Return each line of the material verbatim.
"""
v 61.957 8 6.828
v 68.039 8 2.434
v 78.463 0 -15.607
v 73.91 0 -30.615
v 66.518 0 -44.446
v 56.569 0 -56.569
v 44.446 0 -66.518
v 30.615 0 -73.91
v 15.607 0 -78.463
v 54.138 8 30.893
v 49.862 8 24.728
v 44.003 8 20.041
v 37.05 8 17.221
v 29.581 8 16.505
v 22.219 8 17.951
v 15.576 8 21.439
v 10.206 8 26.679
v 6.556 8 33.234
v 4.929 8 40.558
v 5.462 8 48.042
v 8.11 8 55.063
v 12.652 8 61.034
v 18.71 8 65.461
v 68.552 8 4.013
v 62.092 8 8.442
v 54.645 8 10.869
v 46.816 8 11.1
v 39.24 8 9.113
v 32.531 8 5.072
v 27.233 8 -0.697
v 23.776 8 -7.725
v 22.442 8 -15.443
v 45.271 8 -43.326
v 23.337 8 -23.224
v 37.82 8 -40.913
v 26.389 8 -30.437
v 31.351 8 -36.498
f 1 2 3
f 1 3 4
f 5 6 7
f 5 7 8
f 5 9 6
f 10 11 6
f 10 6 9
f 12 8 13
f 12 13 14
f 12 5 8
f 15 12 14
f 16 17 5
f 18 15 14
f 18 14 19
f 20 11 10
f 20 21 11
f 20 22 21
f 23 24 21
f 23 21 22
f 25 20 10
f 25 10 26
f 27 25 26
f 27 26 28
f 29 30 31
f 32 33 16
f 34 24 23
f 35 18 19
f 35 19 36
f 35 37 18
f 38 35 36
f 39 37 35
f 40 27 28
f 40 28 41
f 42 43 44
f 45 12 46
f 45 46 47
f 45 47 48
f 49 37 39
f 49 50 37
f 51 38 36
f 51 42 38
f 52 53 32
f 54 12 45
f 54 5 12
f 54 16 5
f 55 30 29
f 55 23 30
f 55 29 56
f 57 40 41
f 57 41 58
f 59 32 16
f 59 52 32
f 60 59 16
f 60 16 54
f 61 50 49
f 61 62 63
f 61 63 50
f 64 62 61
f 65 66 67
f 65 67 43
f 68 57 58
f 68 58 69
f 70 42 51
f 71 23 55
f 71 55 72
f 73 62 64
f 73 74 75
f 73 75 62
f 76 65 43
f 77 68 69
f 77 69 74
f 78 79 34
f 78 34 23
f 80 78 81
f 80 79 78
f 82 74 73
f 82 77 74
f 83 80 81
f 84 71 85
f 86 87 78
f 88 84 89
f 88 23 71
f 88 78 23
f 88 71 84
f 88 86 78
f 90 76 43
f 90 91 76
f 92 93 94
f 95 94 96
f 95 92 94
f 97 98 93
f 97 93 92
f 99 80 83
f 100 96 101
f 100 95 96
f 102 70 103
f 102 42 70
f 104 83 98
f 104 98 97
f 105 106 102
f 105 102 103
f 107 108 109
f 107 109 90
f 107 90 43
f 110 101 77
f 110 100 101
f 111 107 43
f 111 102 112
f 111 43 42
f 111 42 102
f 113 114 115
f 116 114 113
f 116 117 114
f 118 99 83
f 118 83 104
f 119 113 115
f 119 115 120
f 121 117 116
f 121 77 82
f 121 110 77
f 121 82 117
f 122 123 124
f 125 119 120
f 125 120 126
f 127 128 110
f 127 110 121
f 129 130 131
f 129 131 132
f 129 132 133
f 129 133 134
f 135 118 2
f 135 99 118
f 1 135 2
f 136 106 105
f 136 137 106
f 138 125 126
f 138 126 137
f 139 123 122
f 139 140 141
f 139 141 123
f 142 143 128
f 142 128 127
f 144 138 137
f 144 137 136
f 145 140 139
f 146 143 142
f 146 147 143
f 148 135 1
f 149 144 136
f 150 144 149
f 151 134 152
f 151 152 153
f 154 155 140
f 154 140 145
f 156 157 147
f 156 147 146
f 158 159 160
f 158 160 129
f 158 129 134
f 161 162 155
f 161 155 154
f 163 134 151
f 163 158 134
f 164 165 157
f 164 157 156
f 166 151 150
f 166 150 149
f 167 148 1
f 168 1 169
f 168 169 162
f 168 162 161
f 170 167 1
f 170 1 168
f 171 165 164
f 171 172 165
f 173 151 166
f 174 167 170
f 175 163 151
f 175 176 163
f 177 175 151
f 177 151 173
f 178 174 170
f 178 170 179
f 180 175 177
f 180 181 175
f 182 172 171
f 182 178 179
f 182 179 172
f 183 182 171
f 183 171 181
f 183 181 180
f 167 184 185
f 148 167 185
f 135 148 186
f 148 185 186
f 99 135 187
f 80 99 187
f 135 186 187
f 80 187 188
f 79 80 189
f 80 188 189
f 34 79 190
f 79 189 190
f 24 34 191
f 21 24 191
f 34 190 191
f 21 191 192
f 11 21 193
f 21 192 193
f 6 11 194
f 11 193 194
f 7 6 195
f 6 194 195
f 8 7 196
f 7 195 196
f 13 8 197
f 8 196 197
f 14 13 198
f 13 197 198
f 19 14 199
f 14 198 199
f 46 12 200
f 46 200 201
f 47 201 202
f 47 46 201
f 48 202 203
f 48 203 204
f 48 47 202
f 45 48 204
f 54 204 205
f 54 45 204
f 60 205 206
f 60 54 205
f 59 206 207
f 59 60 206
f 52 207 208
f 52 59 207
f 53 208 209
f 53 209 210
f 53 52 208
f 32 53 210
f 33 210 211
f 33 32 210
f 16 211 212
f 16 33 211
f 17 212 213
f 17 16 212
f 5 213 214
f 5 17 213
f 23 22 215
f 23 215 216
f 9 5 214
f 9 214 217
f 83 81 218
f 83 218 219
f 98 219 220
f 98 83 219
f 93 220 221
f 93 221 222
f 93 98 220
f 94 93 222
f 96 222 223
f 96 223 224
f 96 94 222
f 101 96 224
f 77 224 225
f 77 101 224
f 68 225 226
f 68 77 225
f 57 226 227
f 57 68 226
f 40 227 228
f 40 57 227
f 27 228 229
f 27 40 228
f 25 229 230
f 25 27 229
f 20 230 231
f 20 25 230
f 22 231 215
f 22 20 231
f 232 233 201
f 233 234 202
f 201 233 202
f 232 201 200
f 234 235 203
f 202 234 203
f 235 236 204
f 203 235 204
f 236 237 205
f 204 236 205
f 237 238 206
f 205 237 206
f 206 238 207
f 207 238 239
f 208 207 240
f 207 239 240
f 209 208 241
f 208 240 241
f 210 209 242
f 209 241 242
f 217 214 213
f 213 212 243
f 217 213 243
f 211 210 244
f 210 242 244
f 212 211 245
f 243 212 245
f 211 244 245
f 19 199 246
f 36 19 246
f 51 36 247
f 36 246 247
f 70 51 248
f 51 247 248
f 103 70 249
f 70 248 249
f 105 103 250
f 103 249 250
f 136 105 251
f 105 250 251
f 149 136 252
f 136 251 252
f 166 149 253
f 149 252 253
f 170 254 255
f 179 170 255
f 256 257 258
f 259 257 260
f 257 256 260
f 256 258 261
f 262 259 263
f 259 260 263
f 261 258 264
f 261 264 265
"""
Output of the task >>
v 61.957 8 6.828
v 68.039 8 2.434
v 78.463 0 -15.607
v 73.91 0 -30.615
v 66.518 0 -44.446
v 56.569 0 -56.569
v 44.446 0 -66.518
v 30.615 0 -73.91
v 15.607 0 -78.463
v 54.138 8 30.893
v 49.862 8 24.728
v 44.003 8 20.041
v 37.05 8 17.221
v 29.581 8 16.505
v 22.219 8 17.951
v 15.576 8 21.439
v 10.206 8 26.679
v 6.556 8 33.234
v 4.929 8 40.558
v 5.462 8 48.042
v 8.11 8 55.063
v 12.652 8 61.034
v 18.71 8 65.461
v 68.552 8 4.013
v 62.092 8 8.442
v 54.645 8 10.869
v 46.816 8 11.1
v 39.24 8 9.113
v 32.531 8 5.072
v 27.233 8 -0.697
v 23.776 8 -7.725
v 22.442 8 -15.443
v 45.271 8 -43.326
v 23.337 8 -23.224
v 37.82 8 -40.913
v 26.389 8 -30.437
v 31.351 8 -36.498
f 1 2 3
f 1 3 4
f 5 6 7
f 5 7 8
f 5 9 6
f 10 11 6
f 10 6 9
f 12 8 13
f 12 13 14
f 12 5 8
f 15 12 14
f 16 17 5
f 18 15 14
f 18 14 19
f 20 11 10
f 20 21 11
f 20 22 21
f 23 24 21
f 23 21 22
f 25 20 10
f 25 10 26
f 27 25 26
f 27 26 28
f 29 30 31
f 32 33 16
f 34 24 23
f 35 18 19
f 35 19 36
f 35 37 18
f 38 35 36
f 39 37 35
f 40 27 28
f 40 28 41
f 42 43 44
f 45 12 46
f 45 46 47
f 45 47 48
f 49 37 39
f 49 50 37
f 51 38 36
f 51 42 38
f 52 53 32
f 54 12 45
f 54 5 12
f 54 16 5
f 55 30 29
f 55 23 30
f 55 29 56
f 57 40 41
f 57 41 58
f 59 32 16
f 59 52 32
f 60 59 16
f 60 16 54
f 61 50 49
f 61 62 63
f 61 63 50
f 64 62 61
f 65 66 67
f 65 67 43
f 68 57 58
f 68 58 69
f 70 42 51
f 71 23 55
f 71 55 72
f 73 62 64
f 73 74 75
f 73 75 62
f 76 65 43
f 77 68 69
f 77 69 74
f 78 79 34
f 78 34 23
f 80 78 81
f 80 79 78
f 82 74 73
f 82 77 74
f 83 80 81
f 84 71 85
f 86 87 78
f 88 84 89
f 88 23 71
f 88 78 23
f 88 71 84
f 88 86 78
f 90 76 43
f 90 91 76
f 92 93 94
f 95 94 96
f 95 92 94
f 97 98 93
f 97 93 92
f 99 80 83
f 100 96 101
f 100 95 96
f 102 70 103
f 102 42 70
f 104 83 98
f 104 98 97
f 105 106 102
f 105 102 103
f 107 108 109
f 107 109 90
f 107 90 43
f 110 101 77
f 110 100 101
f 111 107 43
f 111 102 112
f 111 43 42
f 111 42 102
f 113 114 115
f 116 114 113
f 116 117 114
f 118 99 83
f 118 83 104
f 119 113 115
f 119 115 120
f 121 117 116
f 121 77 82
f 121 110 77
f 121 82 117
f 122 123 124
f 125 119 120
f 125 120 126
f 127 128 110
f 127 110 121
f 129 130 131
f 129 131 132
f 129 132 133
f 129 133 134
f 135 118 2
f 135 99 118
f 1 135 2
f 136 106 105
f 136 137 106
f 138 125 126
f 138 126 137
f 139 123 122
f 139 140 141
f 139 141 123
f 142 143 128
f 142 128 127
f 144 138 137
f 144 137 136
f 145 140 139
f 146 143 142
f 146 147 143
f 148 135 1
f 149 144 136
f 150 144 149
f 151 134 152
f 151 152 153
f 154 155 140
f 154 140 145
f 156 157 147
f 156 147 146
f 158 159 160
f 158 160 129
f 158 129 134
f 161 162 155
f 161 155 154
f 163 134 151
f 163 158 134
f 164 165 157
f 164 157 156
f 166 151 150
f 166 150 149
f 167 148 1
f 168 1 169
f 168 169 162
f 168 162 161
f 170 167 1
f 170 1 168
f 171 165 164
f 171 172 165
f 173 151 166
f 174 167 170
f 175 163 151
f 175 176 163
f 177 175 151
f 177 151 173
f 178 174 170
f 178 170 179
f 180 175 177
f 180 181 175
f 182 172 171
f 182 178 179
f 182 179 172
f 183 182 171
f 183 171 181
f 183 181 180
f 167 184 185
f 148 167 185
f 135 148 186
f 148 185 186
f 99 135 187
f 80 99 187
f 135 186 187
f 80 187 188
f 79 80 189
f 80 188 189
f 34 79 190
f 79 189 190
f 24 34 191
f 21 24 191
f 34 190 191
f 21 191 192
f 11 21 193
f 21 192 193
f 6 11 194
f 11 193 194
f 7 6 195
f 6 194 195
f 8 7 196
f 7 195 196
f 13 8 197
f 8 196 197
f 14 13 198
f 13 197 198
f 19 14 199
f 14 198 199
f 46 12 200
f 46 200 201
f 47 201 202
f 47 46 201
f 48 202 203
f 48 203 204
f 48 47 202
f 45 48 204
f 54 204 205
f 54 45 204
f 60 205 206
f 60 54 205
f 59 206 207
f 59 60 206
f 52 207 208
f 52 59 207
f 53 208 209
f 53 209 210
f 53 52 208
f 32 53 210
f 33 210 211
f 33 32 210
f 16 211 212
f 16 33 211
f 17 212 213
f 17 16 212
f 5 213 214
f 5 17 213
f 23 22 215
f 23 215 216
f 9 5 214
f 9 214 217
f 83 81 218
f 83 218 219
f 98 219 220
f 98 83 219
f 93 220 221
f 93 221 222
f 93 98 220
f 94 93 222
f 96 222 223
f 96 223 224
f 96 94 222
f 101 96 224
f 77 224 225
f 77 101 224
f 68 225 226
f 68 77 225
f 57 226 227
f 57 68 226
f 40 227 228
f 40 57 227
f 27 228 229
f 27 40 228
f 25 229 230
f 25 27 229
f 20 230 231
f 20 25 230
f 22 231 215
f 22 20 231
f 232 233 201
f 233 234 202
f 201 233 202
f 232 201 200
f 234 235 203
f 202 234 203
f 235 236 204
f 203 235 204
f 236 237 205
f 204 236 205
f 237 238 206
f 205 237 206
f 206 238 207
f 207 238 239
f 208 207 240
f 207 239 240
f 209 208 241
f 208 240 241
f 210 209 242
f 209 241 242
f 217 214 213
f 213 212 243
f 217 213 243
f 211 210 244
f 210 242 244
f 212 211 245
f 243 212 245
f 211 244 245
f 19 199 246
f 36 19 246
f 51 36 247
f 36 246 247
f 70 51 248
f 51 247 248
f 103 70 249
f 70 248 249
f 105 103 250
f 103 249 250
f 136 105 251
f 105 250 251
f 149 136 252
f 136 251 252
f 166 149 253
f 149 252 253
f 170 254 255
f 179 170 255
f 256 257 258
f 259 257 260
f 257 256 260
f 256 258 261
f 262 259 263
f 259 260 263
f 261 258 264
f 261 264 265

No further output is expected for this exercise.